▶ [What is being asked] Give the lines below again exactly, starting with the line that holds "(80, -35), align=None)" and going on through the line that holds "extrude(amount=CUT_EXTRUDE1_DEPTH, mode=Mode.SUBTRACT)".
——
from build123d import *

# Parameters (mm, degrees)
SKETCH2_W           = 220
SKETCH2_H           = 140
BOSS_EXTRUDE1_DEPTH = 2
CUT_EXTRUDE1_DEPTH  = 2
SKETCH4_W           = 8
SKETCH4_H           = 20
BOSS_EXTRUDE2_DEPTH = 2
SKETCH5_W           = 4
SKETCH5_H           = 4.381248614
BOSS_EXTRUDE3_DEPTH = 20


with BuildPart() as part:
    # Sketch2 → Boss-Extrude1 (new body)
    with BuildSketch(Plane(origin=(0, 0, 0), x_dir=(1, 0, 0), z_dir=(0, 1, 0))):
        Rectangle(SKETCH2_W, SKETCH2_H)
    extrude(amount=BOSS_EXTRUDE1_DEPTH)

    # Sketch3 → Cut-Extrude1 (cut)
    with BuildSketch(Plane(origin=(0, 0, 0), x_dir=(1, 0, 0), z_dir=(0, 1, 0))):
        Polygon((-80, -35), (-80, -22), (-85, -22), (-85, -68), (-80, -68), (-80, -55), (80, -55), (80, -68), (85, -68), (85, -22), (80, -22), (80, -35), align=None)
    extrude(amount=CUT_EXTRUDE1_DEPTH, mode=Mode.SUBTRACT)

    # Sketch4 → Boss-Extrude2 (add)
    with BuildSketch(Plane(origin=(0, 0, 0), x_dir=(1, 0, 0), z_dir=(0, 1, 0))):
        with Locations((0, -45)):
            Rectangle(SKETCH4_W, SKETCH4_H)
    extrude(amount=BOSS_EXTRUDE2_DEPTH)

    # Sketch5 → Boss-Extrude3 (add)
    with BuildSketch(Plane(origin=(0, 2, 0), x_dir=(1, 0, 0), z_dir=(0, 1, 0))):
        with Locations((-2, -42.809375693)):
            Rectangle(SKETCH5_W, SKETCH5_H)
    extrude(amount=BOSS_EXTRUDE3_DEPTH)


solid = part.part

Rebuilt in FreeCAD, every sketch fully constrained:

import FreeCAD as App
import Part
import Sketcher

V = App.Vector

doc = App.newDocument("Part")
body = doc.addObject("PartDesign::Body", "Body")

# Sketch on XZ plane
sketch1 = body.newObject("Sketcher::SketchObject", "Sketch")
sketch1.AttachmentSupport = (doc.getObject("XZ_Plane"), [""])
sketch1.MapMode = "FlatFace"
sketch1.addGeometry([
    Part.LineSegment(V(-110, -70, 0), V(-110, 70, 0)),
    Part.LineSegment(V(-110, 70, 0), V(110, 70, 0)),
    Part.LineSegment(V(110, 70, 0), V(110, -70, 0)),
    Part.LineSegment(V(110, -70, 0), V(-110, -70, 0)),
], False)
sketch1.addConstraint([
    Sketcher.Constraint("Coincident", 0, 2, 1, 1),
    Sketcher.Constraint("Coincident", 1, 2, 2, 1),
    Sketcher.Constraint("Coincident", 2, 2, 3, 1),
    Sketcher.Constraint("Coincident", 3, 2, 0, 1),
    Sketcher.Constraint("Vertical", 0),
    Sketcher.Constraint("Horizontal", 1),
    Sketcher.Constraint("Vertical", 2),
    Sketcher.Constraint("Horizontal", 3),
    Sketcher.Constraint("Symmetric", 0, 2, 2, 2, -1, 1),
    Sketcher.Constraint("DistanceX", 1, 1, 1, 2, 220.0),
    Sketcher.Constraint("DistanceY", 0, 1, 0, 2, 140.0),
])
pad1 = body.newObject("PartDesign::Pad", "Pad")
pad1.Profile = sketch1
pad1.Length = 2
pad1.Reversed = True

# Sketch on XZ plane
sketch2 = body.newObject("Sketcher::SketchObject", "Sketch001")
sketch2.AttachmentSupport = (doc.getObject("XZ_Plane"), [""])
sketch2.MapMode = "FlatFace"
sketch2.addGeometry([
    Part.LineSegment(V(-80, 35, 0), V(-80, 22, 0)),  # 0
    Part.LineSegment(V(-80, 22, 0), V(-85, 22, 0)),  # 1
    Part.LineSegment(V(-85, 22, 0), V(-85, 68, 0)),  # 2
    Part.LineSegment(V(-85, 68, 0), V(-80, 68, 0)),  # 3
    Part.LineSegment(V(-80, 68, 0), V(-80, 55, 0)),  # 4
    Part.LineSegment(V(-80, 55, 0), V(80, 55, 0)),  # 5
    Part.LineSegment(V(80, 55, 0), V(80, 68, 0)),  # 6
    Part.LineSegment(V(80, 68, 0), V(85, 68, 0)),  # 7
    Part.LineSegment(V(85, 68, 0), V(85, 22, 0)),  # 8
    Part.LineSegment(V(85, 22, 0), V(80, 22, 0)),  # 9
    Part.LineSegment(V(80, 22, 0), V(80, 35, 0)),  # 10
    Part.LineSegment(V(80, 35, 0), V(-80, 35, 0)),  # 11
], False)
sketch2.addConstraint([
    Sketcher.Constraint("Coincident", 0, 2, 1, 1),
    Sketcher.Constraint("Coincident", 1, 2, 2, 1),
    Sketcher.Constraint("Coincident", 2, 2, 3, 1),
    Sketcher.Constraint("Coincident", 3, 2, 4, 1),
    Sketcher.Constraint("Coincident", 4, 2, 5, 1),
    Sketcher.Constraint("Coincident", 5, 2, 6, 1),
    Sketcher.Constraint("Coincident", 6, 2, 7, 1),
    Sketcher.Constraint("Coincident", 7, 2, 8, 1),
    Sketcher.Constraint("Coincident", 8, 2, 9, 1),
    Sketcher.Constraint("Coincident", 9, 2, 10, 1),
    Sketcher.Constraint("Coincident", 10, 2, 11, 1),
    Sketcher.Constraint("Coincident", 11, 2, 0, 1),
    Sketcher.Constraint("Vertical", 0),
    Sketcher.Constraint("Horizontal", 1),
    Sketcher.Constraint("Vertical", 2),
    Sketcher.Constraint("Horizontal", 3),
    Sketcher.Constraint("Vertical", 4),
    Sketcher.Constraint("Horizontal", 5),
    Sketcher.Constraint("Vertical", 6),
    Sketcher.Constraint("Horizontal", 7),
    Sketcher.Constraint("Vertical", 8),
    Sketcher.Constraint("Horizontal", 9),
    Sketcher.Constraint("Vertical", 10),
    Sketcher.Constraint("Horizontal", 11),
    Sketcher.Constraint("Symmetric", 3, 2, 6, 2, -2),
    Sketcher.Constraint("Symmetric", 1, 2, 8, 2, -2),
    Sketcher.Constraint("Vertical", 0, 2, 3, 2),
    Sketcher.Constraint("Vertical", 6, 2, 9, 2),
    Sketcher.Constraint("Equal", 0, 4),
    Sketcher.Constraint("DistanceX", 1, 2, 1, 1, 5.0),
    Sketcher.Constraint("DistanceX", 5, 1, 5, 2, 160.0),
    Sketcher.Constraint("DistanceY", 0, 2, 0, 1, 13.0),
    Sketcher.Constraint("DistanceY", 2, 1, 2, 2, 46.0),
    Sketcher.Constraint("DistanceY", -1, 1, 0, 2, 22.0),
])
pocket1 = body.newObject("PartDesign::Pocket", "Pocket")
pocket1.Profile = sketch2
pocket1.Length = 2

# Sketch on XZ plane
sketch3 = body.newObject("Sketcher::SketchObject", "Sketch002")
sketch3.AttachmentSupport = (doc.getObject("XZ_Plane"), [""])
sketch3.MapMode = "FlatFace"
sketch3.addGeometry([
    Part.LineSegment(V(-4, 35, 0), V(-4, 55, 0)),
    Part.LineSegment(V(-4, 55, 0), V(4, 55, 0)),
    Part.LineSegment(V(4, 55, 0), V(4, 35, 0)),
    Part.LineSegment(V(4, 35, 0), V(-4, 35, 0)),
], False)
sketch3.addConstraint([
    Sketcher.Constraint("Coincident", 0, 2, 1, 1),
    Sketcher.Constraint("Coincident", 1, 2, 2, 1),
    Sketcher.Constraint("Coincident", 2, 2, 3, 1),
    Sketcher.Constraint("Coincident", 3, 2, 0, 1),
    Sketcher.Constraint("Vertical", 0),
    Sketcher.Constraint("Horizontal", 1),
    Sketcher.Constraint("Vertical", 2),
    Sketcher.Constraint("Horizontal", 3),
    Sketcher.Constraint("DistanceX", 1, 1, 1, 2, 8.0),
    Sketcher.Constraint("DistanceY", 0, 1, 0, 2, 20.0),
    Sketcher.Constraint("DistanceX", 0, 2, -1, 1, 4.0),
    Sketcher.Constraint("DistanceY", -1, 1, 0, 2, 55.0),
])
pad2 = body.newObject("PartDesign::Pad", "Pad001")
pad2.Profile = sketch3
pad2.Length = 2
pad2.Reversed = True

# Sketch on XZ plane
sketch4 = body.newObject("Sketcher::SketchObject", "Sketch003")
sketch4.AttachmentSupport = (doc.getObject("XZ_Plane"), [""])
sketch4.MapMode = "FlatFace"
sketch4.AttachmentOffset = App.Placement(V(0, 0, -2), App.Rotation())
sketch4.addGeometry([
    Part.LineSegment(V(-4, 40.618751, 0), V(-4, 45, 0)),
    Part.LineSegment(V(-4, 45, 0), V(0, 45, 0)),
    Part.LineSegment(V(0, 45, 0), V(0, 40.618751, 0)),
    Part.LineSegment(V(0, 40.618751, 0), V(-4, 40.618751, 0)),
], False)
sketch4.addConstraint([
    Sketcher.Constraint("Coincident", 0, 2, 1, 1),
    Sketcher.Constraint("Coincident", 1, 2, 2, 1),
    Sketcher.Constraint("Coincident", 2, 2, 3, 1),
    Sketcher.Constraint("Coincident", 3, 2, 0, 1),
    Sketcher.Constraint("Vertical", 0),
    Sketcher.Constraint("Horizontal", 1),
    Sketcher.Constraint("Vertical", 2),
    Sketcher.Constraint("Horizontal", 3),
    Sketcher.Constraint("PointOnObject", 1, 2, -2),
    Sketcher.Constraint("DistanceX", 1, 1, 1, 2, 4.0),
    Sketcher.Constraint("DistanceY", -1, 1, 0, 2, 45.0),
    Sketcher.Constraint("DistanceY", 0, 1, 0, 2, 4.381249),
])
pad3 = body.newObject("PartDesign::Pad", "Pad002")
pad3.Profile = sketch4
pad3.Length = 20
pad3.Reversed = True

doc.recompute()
——
▶ [Result below]
        Polygon((-80, -35), (-80, -22), (-85, -22), (-85, -68), (-80, -68), (-80, -55), (80, -55), (80, -68), (85, -68), (85, -22), (80, -22), (80, -35), align=None)
    extrude(amount=CUT_EXTRUDE1_DEPTH, mode=Mode.SUBTRACT)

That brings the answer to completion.